Chapter 9: Case Studies and Synthesis

The final weeks of the course are devoted to student case studies that integrate the semester’s material against real systems. Representative cases draw from aviation incidents where mode confusion and automation surprises played a role, from medical device interfaces whose labeling or alarm behavior contributed to patient harm, from consumer product recalls, and from accessibility design for diverse users. Each case is dissected by asking what stages of information processing were overloaded or misled, what defenses failed, which design remedies would plausibly reduce recurrence, and how the proposed remedies would themselves be evaluated before deployment.
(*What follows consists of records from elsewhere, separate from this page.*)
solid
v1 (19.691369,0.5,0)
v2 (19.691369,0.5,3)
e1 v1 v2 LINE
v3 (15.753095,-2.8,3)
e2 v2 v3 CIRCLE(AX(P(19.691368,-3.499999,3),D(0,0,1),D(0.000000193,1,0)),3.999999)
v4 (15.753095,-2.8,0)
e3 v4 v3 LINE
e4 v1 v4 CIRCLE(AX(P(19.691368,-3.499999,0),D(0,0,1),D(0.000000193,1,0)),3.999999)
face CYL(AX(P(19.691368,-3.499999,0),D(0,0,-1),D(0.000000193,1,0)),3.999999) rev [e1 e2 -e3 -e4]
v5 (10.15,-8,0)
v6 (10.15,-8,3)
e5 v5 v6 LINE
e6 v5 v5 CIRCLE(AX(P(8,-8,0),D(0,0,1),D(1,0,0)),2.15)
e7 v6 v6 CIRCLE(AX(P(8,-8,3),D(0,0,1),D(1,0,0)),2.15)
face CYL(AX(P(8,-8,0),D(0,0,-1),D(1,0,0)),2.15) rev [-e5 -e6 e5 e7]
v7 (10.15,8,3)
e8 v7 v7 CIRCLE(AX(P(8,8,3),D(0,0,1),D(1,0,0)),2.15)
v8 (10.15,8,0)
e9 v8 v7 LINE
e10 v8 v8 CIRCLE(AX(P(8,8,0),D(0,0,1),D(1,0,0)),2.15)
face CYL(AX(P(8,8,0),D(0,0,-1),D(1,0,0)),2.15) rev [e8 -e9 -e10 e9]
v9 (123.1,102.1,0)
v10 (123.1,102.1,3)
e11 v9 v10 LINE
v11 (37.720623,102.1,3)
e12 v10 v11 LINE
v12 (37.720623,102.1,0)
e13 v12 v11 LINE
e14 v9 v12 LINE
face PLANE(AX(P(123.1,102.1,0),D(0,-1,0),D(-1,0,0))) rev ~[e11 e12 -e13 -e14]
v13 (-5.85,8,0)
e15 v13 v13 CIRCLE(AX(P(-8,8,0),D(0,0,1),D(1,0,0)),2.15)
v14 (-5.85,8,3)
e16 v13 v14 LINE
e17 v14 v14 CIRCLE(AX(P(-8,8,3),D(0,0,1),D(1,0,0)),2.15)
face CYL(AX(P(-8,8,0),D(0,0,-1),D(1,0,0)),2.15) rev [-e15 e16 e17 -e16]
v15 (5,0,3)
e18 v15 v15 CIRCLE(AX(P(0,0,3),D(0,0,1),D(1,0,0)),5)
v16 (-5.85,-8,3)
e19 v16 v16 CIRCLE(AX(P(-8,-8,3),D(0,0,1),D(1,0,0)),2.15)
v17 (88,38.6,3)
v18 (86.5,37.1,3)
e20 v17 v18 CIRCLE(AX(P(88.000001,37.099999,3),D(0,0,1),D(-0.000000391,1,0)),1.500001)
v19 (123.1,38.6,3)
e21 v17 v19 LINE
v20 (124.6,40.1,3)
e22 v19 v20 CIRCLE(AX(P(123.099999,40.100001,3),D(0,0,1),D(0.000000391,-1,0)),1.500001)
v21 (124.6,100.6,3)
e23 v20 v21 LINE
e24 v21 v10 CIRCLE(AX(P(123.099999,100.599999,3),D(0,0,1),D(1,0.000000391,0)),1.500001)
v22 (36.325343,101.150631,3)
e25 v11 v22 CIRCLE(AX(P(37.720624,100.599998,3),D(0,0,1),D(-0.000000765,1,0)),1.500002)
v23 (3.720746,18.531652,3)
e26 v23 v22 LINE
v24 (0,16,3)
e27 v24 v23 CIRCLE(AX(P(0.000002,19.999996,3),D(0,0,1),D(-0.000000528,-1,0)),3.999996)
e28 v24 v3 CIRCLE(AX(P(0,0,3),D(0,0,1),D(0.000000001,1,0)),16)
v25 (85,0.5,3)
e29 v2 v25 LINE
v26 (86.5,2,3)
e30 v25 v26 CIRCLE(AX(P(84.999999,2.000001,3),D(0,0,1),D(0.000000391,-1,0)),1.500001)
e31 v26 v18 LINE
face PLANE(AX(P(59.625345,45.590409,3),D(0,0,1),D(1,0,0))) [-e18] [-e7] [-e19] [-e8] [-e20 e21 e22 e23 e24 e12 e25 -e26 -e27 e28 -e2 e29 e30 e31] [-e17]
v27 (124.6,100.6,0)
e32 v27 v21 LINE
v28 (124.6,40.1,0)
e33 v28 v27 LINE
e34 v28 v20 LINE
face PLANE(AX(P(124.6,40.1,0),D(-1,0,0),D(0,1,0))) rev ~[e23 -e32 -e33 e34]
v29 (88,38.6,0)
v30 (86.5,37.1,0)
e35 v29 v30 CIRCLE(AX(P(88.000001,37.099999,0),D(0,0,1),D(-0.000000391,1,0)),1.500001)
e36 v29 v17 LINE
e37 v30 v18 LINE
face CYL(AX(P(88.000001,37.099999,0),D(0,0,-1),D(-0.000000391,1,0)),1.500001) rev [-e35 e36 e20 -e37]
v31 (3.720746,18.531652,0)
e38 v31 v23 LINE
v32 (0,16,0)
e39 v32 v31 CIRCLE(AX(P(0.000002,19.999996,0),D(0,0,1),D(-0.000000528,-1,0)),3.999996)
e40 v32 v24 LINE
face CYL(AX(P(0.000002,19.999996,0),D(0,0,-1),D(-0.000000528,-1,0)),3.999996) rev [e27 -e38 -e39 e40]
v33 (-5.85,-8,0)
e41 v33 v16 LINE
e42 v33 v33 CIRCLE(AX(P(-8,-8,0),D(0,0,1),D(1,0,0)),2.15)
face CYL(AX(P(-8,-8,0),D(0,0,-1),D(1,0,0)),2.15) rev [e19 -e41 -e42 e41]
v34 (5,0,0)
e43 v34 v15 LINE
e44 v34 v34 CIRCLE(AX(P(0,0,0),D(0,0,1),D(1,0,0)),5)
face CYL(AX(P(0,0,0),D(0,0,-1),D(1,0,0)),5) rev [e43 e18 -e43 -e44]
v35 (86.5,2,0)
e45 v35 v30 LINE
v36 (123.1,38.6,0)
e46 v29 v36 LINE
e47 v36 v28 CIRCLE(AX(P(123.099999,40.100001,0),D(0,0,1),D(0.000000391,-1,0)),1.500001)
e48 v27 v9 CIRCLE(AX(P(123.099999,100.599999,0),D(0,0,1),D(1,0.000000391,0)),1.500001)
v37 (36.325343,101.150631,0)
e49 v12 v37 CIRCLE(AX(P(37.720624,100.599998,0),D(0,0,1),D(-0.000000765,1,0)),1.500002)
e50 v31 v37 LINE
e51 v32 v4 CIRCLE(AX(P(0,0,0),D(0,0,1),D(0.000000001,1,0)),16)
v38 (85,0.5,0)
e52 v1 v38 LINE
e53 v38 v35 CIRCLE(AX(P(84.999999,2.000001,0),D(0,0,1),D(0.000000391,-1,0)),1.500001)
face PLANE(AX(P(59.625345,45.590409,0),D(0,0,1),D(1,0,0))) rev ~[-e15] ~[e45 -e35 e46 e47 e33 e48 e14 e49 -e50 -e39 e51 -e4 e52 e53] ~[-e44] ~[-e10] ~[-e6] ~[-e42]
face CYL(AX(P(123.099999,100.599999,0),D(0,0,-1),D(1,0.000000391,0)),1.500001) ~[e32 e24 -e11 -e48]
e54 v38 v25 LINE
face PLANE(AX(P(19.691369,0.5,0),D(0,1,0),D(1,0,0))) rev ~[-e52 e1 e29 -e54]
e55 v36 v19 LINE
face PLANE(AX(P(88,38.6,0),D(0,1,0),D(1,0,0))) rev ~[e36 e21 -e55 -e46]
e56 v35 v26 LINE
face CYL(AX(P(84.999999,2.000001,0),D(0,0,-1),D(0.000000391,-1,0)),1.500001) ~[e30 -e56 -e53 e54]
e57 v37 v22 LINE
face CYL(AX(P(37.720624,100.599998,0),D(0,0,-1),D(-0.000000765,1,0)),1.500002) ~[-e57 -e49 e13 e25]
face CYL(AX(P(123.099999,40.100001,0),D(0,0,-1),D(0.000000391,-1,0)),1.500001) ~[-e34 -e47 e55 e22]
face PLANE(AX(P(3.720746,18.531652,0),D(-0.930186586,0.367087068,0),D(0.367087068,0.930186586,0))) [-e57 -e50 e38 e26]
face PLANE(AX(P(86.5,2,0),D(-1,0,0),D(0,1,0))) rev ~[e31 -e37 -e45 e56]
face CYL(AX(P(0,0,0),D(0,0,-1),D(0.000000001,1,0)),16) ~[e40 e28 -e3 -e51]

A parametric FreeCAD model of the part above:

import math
import FreeCAD as App
import Part
import Sketcher

V = App.Vector
Q = App.Units.Quantity

doc = App.newDocument("Part")
body = doc.addObject("PartDesign::Body", "Body")

# Sketch on XY plane
sketch1 = body.newObject("Sketcher::SketchObject", "Sketch")
sketch1.AttachmentSupport = (doc.getObject("XY_Plane"), [""])
sketch1.MapMode = "FlatFace"
sketch1.addGeometry([
    Part.ArcOfCircle(Part.Circle(V(84.999999, 2.000001, 0), V(0, 0, 1), 1.500001), math.radians(-89.999978), math.radians(-0.000022)),  # 0
    Part.LineSegment(V(86.5, 2, 0), V(86.5, 37.1, 0)),  # 1
    Part.ArcOfCircle(Part.Circle(V(88.000001, 37.099999, 0), V(0, 0, 1), 1.500001), math.radians(90.000022), math.radians(179.999978)),  # 2
    Part.LineSegment(V(88, 38.6, 0), V(123.1, 38.6, 0)),  # 3
    Part.ArcOfCircle(Part.Circle(V(123.099999, 40.100001, 0), V(0, 0, 1), 1.500001), math.radians(-89.999978), math.radians(-0.000022)),  # 4
    Part.LineSegment(V(124.6, 40.1, 0), V(124.6, 100.6, 0)),  # 5
    Part.ArcOfCircle(Part.Circle(V(123.099999, 100.599999, 0), V(0, 0, 1), 1.500001), math.radians(0.000022), math.radians(89.999978)),  # 6
    Part.LineSegment(V(123.1, 102.1, 0), V(37.720623, 102.1, 0)),  # 7
    Part.ArcOfCircle(Part.Circle(V(37.720624, 100.599998, 0), V(0, 0, 1), 1.500002), math.radians(90.000044), math.radians(158.463848)),  # 8
    Part.LineSegment(V(36.325343, 101.150631, 0), V(3.720746, 18.531652, 0)),  # 9
    Part.ArcOfCircle(Part.Circle(V(0.000002, 19.999996, 0), V(0, 0, 1), 3.999996), math.radians(-90.00003), math.radians(-21.53604)),  # 10
    Part.ArcOfCircle(Part.Circle(V(0, 0, 0), V(0, 0, 1), 16), math.radians(90), math.radians(349.921342)),  # 11
    Part.ArcOfCircle(Part.Circle(V(19.691368, -3.499999, 0), V(0, 0, 1), 3.999999), math.radians(89.999989), math.radians(169.921349)),  # 12
    Part.LineSegment(V(19.691369, 0.5, 0), V(85, 0.5, 0)),  # 13
    Part.Circle(V(-8, -8, 0), V(0, 0, 1), 2.15),  # 14
    Part.Circle(V(8, -8, 0), V(0, 0, 1), 2.15),  # 15
    Part.Circle(V(-8, 8, 0), V(0, 0, 1), 2.15),  # 16
    Part.Circle(V(0, 0, 0), V(0, 0, 1), 5),  # 17
    Part.Circle(V(8, 8, 0), V(0, 0, 1), 2.15),  # 18
], False)
sketch1.addConstraint([
    Sketcher.Constraint("Tangent", 0, 2, 1, 1),
    Sketcher.Constraint("Tangent", 1, 2, 2, 2),
    Sketcher.Constraint("Tangent", 2, 1, 3, 1),
    Sketcher.Constraint("Tangent", 3, 2, 4, 1),
    Sketcher.Constraint("Tangent", 4, 2, 5, 1),
    Sketcher.Constraint("Tangent", 5, 2, 6, 1),
    Sketcher.Constraint("Tangent", 6, 2, 7, 1),
    Sketcher.Constraint("Tangent", 7, 2, 8, 1),
    Sketcher.Constraint("Tangent", 8, 2, 9, 1),
    Sketcher.Constraint("Tangent", 9, 2, 10, 2),
    Sketcher.Constraint("Tangent", 10, 1, 11, 1),
    Sketcher.Constraint("Tangent", 11, 2, 12, 2),
    Sketcher.Constraint("Tangent", 12, 1, 13, 1),
    Sketcher.Constraint("Tangent", 13, 2, 0, 1),
    Sketcher.Constraint("Vertical", 1),
    Sketcher.Constraint("Horizontal", 3),
    Sketcher.Constraint("Vertical", 5),
    Sketcher.Constraint("Horizontal", 7),
    Sketcher.Constraint("Horizontal", 13),
    Sketcher.Constraint("Coincident", 11, 3, -1, 1),
    Sketcher.Constraint("Coincident", 17, 3, -1, 1),
    Sketcher.Constraint("Equal", 0, 2),
    Sketcher.Constraint("Equal", 2, 4),
    Sketcher.Constraint("Equal", 4, 6),
    Sketcher.Constraint("Equal", 6, 8),
    Sketcher.Constraint("Equal", 14, 15),
    Sketcher.Constraint("Equal", 15, 16),
    Sketcher.Constraint("Equal", 16, 18),
    Sketcher.Constraint("Symmetric", 15, 3, 16, 3, -1, 1),
    Sketcher.Constraint("Symmetric", 14, 3, 18, 3, -1, 1),
    Sketcher.Constraint("Symmetric", 14, 3, 15, 3, -2),
    Sketcher.Constraint("PointOnObject", 10, 1, -2),
    Sketcher.Constraint("Equal", 3, 1),
    Sketcher.Constraint("Diameter", 17, Q("10 mm")),
    Sketcher.Constraint("Radius", 11, Q("16 mm")),
    Sketcher.Constraint("Radius", 12, Q("3.999999 mm")),
    Sketcher.Constraint("Diameter", 14, Q("4.3 mm")),
    Sketcher.Constraint("Radius", 0, Q("1.500001 mm")),
    Sketcher.Constraint("DistanceX", 3, 1, 3, 2, Q("35.1 mm")),
    Sketcher.Constraint("DistanceY", 5, 1, 5, 2, Q("60.5 mm")),
    Sketcher.Constraint("DistanceX", -1, 1, 0, 3, Q("84.999999 mm")),
    Sketcher.Constraint("DistanceY", -1, 1, 0, 3, Q("2.000001 mm")),
    Sketcher.Constraint("DistanceX", 14, 3, -1, 1, Q("8 mm")),
    Sketcher.Constraint("DistanceY", 14, 3, -1, 1, Q("8 mm")),
    Sketcher.Constraint("DistanceY", 10, 3, 8, 3, Q("80.600002 mm")),
    Sketcher.Constraint("Distance", 9, Q("88.819792 mm")),
])
pad1 = body.newObject("PartDesign::Pad", "Pad")
pad1.Profile = sketch1
pad1.Length = 3

doc.recompute()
The synthetic lesson of the course is that cognition is not a single faculty to be optimized but a federation of systems each with its own capacities, vulnerabilities, and time scales. Good design aligns the demands of a task with those capacities, provides external support where internal resources are thin, and builds in tolerance for the errors that will occur despite every precaution. The practitioner’s toolkit therefore includes theoretical models for reasoning about what can go wrong, experimental methods for measuring how often it does, and design patterns for intervening effectively. When all three are deployed together, the result is a system that is not merely usable in the laboratory but reliable in the hands of real people doing real work under real constraints.